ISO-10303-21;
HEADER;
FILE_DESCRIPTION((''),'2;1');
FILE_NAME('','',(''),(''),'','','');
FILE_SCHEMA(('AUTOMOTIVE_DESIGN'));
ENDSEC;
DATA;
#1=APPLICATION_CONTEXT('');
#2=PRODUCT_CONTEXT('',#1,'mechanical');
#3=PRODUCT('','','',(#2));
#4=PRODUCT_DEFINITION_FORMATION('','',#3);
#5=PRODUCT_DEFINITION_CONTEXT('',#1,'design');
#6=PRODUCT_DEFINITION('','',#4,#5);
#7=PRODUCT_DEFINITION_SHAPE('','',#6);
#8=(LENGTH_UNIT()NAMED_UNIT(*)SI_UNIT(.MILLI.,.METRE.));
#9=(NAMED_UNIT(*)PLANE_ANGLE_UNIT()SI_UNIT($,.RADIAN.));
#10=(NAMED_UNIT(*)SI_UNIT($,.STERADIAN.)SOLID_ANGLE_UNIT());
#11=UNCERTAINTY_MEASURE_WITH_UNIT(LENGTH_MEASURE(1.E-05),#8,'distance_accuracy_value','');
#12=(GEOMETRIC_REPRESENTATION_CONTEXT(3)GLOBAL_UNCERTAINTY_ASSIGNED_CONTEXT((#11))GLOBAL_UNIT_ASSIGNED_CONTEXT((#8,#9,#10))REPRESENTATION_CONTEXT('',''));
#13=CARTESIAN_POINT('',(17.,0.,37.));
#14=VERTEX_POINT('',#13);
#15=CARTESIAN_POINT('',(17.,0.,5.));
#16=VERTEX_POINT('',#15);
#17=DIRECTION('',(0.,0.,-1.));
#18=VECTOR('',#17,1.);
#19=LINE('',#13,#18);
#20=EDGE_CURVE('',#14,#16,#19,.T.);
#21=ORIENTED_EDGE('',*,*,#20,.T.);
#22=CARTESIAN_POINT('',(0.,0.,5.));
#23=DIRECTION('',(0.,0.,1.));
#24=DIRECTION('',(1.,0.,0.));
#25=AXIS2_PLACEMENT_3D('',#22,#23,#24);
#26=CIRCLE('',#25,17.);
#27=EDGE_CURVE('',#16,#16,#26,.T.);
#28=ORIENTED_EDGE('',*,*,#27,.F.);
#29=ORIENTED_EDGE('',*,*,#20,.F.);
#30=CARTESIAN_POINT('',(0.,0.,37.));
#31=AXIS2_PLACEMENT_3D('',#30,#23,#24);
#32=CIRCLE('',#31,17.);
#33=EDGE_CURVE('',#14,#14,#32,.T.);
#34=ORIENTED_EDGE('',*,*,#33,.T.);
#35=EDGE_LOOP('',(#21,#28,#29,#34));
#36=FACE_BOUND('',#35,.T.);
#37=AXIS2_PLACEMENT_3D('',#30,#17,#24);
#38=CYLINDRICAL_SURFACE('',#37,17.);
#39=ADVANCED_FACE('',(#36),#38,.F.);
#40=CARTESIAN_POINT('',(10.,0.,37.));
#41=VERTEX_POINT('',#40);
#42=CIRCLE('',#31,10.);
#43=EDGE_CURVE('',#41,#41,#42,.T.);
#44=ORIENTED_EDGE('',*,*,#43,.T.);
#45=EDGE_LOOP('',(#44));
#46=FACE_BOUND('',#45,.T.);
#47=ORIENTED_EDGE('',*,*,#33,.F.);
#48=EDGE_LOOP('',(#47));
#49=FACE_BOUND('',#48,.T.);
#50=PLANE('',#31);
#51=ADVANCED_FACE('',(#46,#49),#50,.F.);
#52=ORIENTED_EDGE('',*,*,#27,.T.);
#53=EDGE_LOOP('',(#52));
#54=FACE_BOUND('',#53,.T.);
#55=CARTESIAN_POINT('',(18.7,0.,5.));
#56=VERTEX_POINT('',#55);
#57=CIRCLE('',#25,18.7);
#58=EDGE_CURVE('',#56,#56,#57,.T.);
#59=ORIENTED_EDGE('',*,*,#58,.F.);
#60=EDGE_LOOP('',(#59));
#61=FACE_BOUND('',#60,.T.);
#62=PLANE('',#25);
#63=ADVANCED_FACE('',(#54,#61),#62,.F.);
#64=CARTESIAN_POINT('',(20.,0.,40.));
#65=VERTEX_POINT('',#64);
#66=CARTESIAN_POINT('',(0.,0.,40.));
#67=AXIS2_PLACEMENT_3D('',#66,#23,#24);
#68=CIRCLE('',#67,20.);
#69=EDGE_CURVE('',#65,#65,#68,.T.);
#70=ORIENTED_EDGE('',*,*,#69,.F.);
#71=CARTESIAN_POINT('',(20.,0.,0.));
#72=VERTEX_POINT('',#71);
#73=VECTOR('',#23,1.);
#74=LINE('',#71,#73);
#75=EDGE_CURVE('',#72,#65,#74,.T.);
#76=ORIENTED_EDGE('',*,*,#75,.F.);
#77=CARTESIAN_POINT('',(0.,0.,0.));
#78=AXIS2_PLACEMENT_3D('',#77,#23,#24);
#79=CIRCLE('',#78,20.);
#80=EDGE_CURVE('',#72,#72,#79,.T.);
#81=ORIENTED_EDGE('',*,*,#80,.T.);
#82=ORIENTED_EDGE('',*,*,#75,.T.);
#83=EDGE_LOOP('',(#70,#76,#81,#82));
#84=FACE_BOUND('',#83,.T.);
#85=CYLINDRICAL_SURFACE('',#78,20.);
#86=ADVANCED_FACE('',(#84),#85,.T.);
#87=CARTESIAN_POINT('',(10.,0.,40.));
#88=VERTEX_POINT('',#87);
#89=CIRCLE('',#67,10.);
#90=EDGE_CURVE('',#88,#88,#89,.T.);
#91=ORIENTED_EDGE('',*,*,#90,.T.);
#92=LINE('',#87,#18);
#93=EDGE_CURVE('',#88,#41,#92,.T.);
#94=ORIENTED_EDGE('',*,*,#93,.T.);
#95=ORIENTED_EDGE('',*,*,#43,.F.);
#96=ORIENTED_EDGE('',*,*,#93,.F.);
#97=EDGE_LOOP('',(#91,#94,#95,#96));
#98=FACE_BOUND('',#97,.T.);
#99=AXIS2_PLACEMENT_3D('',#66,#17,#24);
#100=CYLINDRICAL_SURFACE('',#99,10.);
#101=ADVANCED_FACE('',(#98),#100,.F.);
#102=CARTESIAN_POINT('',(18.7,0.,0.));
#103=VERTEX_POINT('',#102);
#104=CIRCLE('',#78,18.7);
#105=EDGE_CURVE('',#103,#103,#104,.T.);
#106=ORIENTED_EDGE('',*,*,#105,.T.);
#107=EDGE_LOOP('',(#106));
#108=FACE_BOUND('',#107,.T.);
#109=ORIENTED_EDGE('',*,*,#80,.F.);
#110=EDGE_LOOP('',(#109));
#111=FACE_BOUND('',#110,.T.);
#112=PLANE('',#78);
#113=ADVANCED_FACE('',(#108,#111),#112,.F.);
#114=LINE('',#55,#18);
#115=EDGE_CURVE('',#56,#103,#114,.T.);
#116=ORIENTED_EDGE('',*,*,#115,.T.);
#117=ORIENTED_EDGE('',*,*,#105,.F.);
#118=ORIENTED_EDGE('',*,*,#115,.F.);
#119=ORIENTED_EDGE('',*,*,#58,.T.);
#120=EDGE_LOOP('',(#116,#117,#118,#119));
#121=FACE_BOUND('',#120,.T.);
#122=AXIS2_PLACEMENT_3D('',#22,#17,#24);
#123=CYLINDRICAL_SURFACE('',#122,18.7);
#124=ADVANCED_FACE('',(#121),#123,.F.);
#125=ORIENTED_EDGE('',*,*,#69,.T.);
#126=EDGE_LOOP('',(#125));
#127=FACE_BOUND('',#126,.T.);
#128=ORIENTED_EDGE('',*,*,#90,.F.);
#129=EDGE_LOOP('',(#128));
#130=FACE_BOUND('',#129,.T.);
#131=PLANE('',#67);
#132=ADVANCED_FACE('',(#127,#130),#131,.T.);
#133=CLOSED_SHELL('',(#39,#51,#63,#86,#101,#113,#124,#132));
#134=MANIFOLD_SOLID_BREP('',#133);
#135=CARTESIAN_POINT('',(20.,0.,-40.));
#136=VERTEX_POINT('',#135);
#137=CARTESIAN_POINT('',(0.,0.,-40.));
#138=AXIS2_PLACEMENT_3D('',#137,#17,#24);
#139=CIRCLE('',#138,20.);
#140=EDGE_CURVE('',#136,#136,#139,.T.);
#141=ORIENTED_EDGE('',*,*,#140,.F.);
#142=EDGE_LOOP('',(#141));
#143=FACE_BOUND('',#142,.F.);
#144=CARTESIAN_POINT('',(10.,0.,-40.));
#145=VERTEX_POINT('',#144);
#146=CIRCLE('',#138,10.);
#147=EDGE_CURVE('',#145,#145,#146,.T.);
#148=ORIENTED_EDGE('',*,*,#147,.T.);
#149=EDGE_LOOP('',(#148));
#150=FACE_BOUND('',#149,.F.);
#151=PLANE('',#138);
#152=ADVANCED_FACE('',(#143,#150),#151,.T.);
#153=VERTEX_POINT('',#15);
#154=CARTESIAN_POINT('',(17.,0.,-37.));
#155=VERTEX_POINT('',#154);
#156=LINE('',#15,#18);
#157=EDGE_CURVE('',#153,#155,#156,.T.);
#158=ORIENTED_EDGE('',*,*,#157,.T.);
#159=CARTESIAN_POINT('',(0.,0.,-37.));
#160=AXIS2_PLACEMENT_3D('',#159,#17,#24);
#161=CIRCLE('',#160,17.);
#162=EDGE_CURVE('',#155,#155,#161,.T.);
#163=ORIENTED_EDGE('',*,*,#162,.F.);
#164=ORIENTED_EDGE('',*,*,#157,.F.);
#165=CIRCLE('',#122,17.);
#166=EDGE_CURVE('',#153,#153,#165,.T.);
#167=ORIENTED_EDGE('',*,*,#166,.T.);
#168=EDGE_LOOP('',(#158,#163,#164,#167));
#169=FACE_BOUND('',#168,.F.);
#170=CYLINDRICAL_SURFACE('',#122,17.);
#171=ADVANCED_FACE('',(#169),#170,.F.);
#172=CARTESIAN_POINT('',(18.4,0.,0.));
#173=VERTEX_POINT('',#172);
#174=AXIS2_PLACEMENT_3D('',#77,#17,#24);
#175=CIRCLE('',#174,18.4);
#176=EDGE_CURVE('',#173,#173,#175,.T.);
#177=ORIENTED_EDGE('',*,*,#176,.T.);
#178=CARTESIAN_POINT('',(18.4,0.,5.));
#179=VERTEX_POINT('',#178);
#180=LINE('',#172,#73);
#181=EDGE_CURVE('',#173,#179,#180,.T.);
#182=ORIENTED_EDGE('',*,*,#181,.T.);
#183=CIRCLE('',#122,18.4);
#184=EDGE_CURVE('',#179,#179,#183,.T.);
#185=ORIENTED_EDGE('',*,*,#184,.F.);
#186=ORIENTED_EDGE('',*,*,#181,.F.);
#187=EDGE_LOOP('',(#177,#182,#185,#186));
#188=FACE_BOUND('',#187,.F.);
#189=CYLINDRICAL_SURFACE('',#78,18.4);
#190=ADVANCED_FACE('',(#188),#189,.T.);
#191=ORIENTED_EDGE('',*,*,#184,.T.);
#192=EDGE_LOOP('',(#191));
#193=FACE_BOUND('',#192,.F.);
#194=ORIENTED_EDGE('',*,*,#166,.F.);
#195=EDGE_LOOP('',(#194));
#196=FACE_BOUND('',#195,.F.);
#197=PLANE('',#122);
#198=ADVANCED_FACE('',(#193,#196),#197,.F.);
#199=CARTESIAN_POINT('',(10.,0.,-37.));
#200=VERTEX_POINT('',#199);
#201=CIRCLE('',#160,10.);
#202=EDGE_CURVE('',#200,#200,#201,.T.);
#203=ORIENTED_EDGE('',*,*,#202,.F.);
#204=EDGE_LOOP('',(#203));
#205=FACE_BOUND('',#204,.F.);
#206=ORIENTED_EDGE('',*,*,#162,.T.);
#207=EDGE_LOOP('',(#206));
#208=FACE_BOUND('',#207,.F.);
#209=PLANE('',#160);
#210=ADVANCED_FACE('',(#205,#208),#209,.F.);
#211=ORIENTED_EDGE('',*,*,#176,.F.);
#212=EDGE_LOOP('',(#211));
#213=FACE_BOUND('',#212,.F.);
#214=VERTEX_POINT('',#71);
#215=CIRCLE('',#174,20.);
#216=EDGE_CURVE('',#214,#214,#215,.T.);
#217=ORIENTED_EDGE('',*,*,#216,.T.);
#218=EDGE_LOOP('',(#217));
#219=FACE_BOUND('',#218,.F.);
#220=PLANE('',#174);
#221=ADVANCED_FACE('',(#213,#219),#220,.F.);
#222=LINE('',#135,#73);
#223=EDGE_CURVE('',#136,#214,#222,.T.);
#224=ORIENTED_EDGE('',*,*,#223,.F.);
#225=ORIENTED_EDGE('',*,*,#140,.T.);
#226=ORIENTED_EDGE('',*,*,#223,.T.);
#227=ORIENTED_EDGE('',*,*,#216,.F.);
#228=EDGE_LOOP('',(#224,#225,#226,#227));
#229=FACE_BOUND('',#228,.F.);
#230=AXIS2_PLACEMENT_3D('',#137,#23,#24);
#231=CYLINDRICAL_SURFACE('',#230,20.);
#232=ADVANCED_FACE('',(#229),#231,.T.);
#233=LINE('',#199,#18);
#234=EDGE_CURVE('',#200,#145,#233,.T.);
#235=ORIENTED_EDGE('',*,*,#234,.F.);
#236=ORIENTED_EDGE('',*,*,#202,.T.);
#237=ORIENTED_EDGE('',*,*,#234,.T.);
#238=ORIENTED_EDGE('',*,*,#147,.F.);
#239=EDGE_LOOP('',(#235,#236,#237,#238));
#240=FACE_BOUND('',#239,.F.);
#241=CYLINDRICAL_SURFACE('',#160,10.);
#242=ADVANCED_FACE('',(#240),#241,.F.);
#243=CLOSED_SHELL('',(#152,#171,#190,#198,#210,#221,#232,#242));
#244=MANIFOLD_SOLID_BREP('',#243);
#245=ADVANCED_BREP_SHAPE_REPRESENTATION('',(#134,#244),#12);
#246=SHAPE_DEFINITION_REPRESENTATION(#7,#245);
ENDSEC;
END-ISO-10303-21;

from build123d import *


with BuildPart() as f1:
    # F0 (on Front) → F1 (revolve)
    with BuildSketch(Plane.XZ):
        Polygon((20, 40), (10, 40), (10, 37), (17, 37), (17, 5), (18.7, 5), (18.7, 0), (20, 0), align=None)
    revolve(axis=Axis((0, 0, 20), (0, 0, 1)))


with BuildPart() as f3:
    # F2 (on Front) → F3 (revolve)
    with BuildSketch(Plane.XZ):
        Polygon((20, -40), (20, 0), (18.4, 0), (18.4, 5), (17, 5), (17, 0), (17, -37), (10, -37), (10, -40), align=None)
    revolve(axis=Axis((0, 0, -9.94769), (0, 0, -1)))


solid = Compound([f1.part, f3.part])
##########
_Required action_. From the records above, give again exactly the lines running from the line with "#139=CIRCLE('',#138,20.);" to the line with "#173=VERTEX_POINT('',#172);", inclusive.

_Answer section_.
#139=CIRCLE('',#138,20.);
#140=EDGE_CURVE('',#136,#136,#139,.T.);
#141=ORIENTED_EDGE('',*,*,#140,.F.);
#142=EDGE_LOOP('',(#141));
#143=FACE_BOUND('',#142,.F.);
#144=CARTESIAN_POINT('',(10.,0.,-40.));
#145=VERTEX_POINT('',#144);
#146=CIRCLE('',#138,10.);
#147=EDGE_CURVE('',#145,#145,#146,.T.);
#148=ORIENTED_EDGE('',*,*,#147,.T.);
#149=EDGE_LOOP('',(#148));
#150=FACE_BOUND('',#149,.F.);
#151=PLANE('',#138);
#152=ADVANCED_FACE('',(#143,#150),#151,.T.);
#153=VERTEX_POINT('',#15);
#154=CARTESIAN_POINT('',(17.,0.,-37.));
#155=VERTEX_POINT('',#154);
#156=LINE('',#15,#18);
#157=EDGE_CURVE('',#153,#155,#156,.T.);
#158=ORIENTED_EDGE('',*,*,#157,.T.);
#159=CARTESIAN_POINT('',(0.,0.,-37.));
#160=AXIS2_PLACEMENT_3D('',#159,#17,#24);
#161=CIRCLE('',#160,17.);
#162=EDGE_CURVE('',#155,#155,#161,.T.);
#163=ORIENTED_EDGE('',*,*,#162,.F.);
#164=ORIENTED_EDGE('',*,*,#157,.F.);
#165=CIRCLE('',#122,17.);
#166=EDGE_CURVE('',#153,#153,#165,.T.);
#167=ORIENTED_EDGE('',*,*,#166,.T.);
#168=EDGE_LOOP('',(#158,#163,#164,#167));
#169=FACE_BOUND('',#168,.F.);
#170=CYLINDRICAL_SURFACE('',#122,17.);
#171=ADVANCED_FACE('',(#169),#170,.F.);
#172=CARTESIAN_POINT('',(18.4,0.,0.));
#173=VERTEX_POINT('',#172);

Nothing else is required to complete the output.